■ Activity: Filter the entries for the word "DIRECTION". Copy each line in which it occurs.

Saved entries
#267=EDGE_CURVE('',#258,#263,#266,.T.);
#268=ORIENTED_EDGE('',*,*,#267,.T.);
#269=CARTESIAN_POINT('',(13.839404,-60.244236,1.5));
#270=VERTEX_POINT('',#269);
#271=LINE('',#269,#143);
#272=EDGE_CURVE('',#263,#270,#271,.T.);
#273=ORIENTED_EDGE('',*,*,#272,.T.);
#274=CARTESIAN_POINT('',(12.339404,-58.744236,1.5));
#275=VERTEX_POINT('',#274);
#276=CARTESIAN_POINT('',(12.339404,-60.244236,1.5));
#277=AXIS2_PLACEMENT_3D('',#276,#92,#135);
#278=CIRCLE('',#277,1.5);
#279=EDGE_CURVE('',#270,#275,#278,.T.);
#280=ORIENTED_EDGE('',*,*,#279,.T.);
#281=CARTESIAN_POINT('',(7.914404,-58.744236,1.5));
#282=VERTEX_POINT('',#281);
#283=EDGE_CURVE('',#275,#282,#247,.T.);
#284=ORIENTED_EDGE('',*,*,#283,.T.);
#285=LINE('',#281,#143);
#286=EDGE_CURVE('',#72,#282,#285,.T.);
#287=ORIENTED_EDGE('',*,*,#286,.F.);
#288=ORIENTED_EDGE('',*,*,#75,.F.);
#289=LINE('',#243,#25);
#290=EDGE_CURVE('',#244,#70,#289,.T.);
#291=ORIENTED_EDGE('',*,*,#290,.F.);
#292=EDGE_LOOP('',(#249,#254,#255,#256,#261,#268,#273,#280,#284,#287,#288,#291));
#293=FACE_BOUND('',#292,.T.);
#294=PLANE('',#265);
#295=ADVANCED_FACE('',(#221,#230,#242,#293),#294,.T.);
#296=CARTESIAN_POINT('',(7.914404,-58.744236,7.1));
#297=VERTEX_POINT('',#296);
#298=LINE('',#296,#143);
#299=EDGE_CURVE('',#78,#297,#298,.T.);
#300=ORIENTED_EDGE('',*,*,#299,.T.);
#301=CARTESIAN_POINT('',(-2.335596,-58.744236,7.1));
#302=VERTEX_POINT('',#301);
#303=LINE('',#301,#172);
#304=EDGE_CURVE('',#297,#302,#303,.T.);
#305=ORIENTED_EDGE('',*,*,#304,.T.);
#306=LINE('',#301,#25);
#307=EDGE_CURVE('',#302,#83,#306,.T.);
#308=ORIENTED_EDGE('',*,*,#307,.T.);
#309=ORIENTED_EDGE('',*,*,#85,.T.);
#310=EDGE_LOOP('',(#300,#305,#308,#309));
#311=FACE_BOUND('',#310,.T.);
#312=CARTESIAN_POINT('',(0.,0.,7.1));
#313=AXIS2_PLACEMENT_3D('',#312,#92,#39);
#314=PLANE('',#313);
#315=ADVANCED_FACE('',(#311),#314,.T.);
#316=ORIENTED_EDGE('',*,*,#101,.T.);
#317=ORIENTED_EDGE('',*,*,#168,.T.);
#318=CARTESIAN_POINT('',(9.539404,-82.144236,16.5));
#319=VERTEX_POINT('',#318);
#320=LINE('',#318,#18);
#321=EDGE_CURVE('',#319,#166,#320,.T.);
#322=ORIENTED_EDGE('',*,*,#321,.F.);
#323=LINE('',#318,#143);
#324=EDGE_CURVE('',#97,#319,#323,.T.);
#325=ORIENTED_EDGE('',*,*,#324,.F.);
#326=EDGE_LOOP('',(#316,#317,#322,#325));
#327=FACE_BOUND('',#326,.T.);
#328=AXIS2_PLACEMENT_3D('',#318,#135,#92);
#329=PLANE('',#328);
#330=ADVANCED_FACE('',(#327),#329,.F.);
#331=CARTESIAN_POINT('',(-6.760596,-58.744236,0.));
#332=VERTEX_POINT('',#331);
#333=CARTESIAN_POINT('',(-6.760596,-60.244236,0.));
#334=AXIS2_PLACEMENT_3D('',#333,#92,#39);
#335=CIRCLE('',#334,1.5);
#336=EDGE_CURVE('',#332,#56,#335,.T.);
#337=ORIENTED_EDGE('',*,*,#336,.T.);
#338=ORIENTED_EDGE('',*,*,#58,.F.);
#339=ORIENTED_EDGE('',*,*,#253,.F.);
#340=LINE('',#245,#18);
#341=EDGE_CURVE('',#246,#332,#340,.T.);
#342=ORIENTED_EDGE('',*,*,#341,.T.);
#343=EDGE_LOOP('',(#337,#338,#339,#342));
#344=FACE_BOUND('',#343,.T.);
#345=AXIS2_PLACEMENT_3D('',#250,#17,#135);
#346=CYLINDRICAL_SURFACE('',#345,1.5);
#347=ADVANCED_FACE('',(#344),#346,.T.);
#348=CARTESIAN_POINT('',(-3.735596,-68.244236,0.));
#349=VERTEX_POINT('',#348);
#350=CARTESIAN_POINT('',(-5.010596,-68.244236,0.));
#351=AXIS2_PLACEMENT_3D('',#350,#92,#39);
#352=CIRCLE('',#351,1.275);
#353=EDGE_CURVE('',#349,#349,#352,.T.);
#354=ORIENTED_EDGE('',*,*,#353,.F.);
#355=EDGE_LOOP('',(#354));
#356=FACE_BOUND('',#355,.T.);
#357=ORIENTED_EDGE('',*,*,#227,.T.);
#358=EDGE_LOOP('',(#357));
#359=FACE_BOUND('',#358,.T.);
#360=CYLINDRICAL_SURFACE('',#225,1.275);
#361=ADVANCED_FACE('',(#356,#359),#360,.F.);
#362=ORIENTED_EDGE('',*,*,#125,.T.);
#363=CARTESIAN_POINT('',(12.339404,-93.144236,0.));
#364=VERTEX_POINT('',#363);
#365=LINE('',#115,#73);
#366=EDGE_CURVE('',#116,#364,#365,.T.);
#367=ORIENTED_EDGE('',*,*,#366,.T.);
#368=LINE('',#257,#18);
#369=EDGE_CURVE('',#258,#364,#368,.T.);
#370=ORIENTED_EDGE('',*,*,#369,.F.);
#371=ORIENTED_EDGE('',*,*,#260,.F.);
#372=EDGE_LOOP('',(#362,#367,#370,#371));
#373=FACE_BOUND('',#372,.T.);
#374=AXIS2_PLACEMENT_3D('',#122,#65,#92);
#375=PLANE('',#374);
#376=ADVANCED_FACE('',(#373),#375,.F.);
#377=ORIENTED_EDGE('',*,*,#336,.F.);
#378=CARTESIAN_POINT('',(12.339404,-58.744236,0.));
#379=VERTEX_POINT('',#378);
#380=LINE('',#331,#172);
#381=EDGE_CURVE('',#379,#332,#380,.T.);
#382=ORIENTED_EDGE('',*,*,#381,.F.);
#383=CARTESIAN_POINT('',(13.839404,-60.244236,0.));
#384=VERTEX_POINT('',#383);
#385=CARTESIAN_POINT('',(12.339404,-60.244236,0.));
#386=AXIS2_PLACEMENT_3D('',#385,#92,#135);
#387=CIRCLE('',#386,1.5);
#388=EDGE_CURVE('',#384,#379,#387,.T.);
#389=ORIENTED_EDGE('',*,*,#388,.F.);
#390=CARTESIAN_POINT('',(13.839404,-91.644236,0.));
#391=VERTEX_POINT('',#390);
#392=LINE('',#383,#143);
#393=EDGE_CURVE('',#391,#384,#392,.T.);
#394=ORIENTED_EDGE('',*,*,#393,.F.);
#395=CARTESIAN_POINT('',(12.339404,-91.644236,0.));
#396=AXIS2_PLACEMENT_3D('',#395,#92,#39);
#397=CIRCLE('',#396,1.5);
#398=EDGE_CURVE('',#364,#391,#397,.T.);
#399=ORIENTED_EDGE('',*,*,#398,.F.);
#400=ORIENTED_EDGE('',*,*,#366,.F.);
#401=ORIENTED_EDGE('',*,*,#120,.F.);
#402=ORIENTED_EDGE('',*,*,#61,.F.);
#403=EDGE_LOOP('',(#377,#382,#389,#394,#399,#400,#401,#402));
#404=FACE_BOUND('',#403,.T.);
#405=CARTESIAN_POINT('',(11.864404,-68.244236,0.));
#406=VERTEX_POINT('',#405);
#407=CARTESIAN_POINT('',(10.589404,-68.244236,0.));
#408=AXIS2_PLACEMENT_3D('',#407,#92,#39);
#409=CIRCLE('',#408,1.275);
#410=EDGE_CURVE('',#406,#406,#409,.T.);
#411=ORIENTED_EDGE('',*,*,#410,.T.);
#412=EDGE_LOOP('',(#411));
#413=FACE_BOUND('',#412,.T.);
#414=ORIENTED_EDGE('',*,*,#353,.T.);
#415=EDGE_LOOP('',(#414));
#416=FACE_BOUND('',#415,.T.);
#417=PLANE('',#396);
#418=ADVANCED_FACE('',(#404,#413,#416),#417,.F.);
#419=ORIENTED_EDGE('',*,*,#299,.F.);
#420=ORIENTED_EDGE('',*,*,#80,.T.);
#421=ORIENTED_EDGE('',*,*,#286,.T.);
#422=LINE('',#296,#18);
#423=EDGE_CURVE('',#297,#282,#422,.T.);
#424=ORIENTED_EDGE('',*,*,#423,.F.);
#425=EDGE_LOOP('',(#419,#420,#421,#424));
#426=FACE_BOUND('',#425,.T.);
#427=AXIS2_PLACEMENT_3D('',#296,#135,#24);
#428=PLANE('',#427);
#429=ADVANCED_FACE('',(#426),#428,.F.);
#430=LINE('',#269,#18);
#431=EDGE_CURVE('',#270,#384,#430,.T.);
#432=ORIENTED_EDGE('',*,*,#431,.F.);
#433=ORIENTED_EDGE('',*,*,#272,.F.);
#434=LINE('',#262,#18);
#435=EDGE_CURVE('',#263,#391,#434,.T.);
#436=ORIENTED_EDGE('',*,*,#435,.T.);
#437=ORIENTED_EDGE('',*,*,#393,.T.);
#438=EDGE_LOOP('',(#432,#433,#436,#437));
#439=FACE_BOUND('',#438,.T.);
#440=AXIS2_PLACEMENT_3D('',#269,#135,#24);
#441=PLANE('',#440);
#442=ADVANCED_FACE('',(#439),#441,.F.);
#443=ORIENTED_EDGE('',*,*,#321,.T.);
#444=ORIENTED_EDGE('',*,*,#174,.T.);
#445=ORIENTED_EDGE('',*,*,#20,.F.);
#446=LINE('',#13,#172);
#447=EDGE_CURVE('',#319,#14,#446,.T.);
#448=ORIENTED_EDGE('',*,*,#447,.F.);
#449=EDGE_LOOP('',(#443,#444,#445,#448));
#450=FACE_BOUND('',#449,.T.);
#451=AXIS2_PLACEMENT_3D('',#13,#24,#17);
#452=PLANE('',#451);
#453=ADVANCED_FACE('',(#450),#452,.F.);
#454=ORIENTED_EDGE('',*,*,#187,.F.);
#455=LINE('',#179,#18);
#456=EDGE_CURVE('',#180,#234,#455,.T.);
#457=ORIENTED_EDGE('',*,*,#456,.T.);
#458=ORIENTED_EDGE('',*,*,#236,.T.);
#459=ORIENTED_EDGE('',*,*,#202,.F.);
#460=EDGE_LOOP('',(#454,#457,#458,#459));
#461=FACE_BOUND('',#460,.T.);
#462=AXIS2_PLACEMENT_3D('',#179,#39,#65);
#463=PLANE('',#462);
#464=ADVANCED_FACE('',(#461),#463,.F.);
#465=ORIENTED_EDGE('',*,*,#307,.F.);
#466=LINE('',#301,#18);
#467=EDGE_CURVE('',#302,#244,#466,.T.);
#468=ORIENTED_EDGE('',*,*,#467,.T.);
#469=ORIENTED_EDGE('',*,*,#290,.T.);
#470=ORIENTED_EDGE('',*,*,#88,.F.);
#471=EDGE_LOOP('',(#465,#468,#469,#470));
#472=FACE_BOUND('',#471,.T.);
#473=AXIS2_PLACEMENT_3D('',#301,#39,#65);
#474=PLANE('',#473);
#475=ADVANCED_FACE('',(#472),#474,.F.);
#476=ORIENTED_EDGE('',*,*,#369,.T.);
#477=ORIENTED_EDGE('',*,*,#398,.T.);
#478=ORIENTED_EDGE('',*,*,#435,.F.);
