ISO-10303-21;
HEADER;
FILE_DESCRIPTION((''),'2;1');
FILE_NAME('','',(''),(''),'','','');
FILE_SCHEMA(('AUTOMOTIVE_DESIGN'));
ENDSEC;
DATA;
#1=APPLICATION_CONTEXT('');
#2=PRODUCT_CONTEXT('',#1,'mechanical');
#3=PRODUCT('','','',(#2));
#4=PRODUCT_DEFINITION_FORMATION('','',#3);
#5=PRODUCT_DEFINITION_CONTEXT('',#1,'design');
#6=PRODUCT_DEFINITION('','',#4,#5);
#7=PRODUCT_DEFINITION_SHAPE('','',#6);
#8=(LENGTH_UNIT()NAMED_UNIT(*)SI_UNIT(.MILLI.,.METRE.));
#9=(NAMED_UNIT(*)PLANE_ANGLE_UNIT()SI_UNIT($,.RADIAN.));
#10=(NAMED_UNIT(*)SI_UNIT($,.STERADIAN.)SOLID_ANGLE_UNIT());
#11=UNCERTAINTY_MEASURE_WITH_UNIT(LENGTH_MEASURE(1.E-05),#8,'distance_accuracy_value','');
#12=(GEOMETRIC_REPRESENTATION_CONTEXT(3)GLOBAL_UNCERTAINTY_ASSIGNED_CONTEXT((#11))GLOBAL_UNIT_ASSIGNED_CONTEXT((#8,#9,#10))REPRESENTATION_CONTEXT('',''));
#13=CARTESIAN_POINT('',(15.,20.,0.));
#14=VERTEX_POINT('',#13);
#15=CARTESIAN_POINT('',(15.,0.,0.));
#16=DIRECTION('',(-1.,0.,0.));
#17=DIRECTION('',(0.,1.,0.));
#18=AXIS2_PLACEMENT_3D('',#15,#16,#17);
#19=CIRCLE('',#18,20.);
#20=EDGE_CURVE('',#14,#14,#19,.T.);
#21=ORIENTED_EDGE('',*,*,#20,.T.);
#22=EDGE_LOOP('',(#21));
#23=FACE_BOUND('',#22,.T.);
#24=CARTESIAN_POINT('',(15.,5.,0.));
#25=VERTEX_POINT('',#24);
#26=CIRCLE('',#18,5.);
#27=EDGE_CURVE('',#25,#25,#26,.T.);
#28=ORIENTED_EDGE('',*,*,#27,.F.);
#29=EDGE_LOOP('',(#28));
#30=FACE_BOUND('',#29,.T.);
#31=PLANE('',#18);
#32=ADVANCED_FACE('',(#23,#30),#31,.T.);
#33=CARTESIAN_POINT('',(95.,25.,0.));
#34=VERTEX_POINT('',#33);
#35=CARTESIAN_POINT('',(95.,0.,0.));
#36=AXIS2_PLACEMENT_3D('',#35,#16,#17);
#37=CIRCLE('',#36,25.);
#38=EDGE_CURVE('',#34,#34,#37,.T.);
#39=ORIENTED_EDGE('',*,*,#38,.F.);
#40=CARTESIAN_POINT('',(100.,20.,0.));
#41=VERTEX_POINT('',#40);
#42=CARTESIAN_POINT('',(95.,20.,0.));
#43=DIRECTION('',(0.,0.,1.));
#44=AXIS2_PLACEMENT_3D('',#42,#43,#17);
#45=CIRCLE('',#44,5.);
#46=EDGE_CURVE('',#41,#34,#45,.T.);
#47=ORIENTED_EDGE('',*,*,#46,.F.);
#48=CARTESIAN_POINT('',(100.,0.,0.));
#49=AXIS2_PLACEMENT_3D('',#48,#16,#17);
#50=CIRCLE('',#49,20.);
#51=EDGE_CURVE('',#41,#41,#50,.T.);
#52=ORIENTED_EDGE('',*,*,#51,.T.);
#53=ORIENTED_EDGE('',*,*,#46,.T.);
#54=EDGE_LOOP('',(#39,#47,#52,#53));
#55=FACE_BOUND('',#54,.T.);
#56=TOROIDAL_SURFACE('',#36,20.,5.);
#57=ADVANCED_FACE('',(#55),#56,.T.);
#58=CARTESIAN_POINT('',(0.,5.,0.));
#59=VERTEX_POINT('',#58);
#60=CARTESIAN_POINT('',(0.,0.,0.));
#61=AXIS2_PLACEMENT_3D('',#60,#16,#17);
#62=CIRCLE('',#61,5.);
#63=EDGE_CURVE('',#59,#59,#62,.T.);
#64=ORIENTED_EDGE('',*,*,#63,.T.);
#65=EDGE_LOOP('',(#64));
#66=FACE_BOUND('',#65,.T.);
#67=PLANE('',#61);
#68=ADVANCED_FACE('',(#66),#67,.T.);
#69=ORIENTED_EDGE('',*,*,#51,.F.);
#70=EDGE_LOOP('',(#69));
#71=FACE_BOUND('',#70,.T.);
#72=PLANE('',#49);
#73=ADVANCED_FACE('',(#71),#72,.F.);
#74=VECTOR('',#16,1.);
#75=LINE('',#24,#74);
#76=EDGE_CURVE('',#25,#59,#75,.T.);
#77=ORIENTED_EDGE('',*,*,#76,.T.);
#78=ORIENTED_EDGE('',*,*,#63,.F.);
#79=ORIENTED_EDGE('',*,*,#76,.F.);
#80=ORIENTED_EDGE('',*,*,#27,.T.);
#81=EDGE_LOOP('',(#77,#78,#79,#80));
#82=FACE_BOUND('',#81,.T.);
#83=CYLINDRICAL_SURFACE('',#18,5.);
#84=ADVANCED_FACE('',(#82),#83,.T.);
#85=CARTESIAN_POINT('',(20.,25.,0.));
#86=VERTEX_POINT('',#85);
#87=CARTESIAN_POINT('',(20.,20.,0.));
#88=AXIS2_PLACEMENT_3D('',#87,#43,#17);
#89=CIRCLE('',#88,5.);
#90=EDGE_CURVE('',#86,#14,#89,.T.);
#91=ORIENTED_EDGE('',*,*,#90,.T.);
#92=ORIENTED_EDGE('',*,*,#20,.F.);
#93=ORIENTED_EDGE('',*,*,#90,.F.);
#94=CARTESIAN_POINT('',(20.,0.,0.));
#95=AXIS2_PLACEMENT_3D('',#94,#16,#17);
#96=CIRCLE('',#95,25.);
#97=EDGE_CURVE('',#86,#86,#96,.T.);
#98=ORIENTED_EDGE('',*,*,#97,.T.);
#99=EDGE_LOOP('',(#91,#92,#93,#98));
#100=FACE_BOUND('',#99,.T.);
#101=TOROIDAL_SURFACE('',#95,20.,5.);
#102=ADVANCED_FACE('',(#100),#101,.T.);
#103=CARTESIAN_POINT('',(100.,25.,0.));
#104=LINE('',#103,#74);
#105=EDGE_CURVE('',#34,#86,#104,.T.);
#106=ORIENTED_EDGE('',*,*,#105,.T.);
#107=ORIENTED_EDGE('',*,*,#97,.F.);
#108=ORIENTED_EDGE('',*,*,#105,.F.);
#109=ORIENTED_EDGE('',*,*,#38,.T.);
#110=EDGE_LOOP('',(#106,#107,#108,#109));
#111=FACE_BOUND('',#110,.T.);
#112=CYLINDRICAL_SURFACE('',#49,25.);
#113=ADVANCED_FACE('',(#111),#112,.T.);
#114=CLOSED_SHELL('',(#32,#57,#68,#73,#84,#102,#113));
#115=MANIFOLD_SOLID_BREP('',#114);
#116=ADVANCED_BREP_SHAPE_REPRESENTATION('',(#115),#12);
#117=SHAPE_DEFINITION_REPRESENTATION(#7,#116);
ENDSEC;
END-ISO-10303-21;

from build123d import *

# Parameters (mm, degrees)
F2_R = 5


with BuildPart() as f1:
    # F0 (on Top) → F1 (revolve)
    with BuildSketch(Plane.XY):
        Polygon((0, 5), (0, 0), (100, 0), (100, 25), (15, 25), (15, 5), align=None)
    revolve(axis=Axis((50, 0, 0), (-1, 0, 0)))

    # F2
    f2_edges = [f1.edges().sort_by_distance(p)[0] for p in [
        (15, -25, 0),
        (100, -25, 0),
    ]]
    fillet(f2_edges, radius=F2_R)


solid = f1.part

■ Answer section:
#16=DIRECTION('',(-1.,0.,0.));
#17=DIRECTION('',(0.,1.,0.));
#43=DIRECTION('',(0.,0.,1.));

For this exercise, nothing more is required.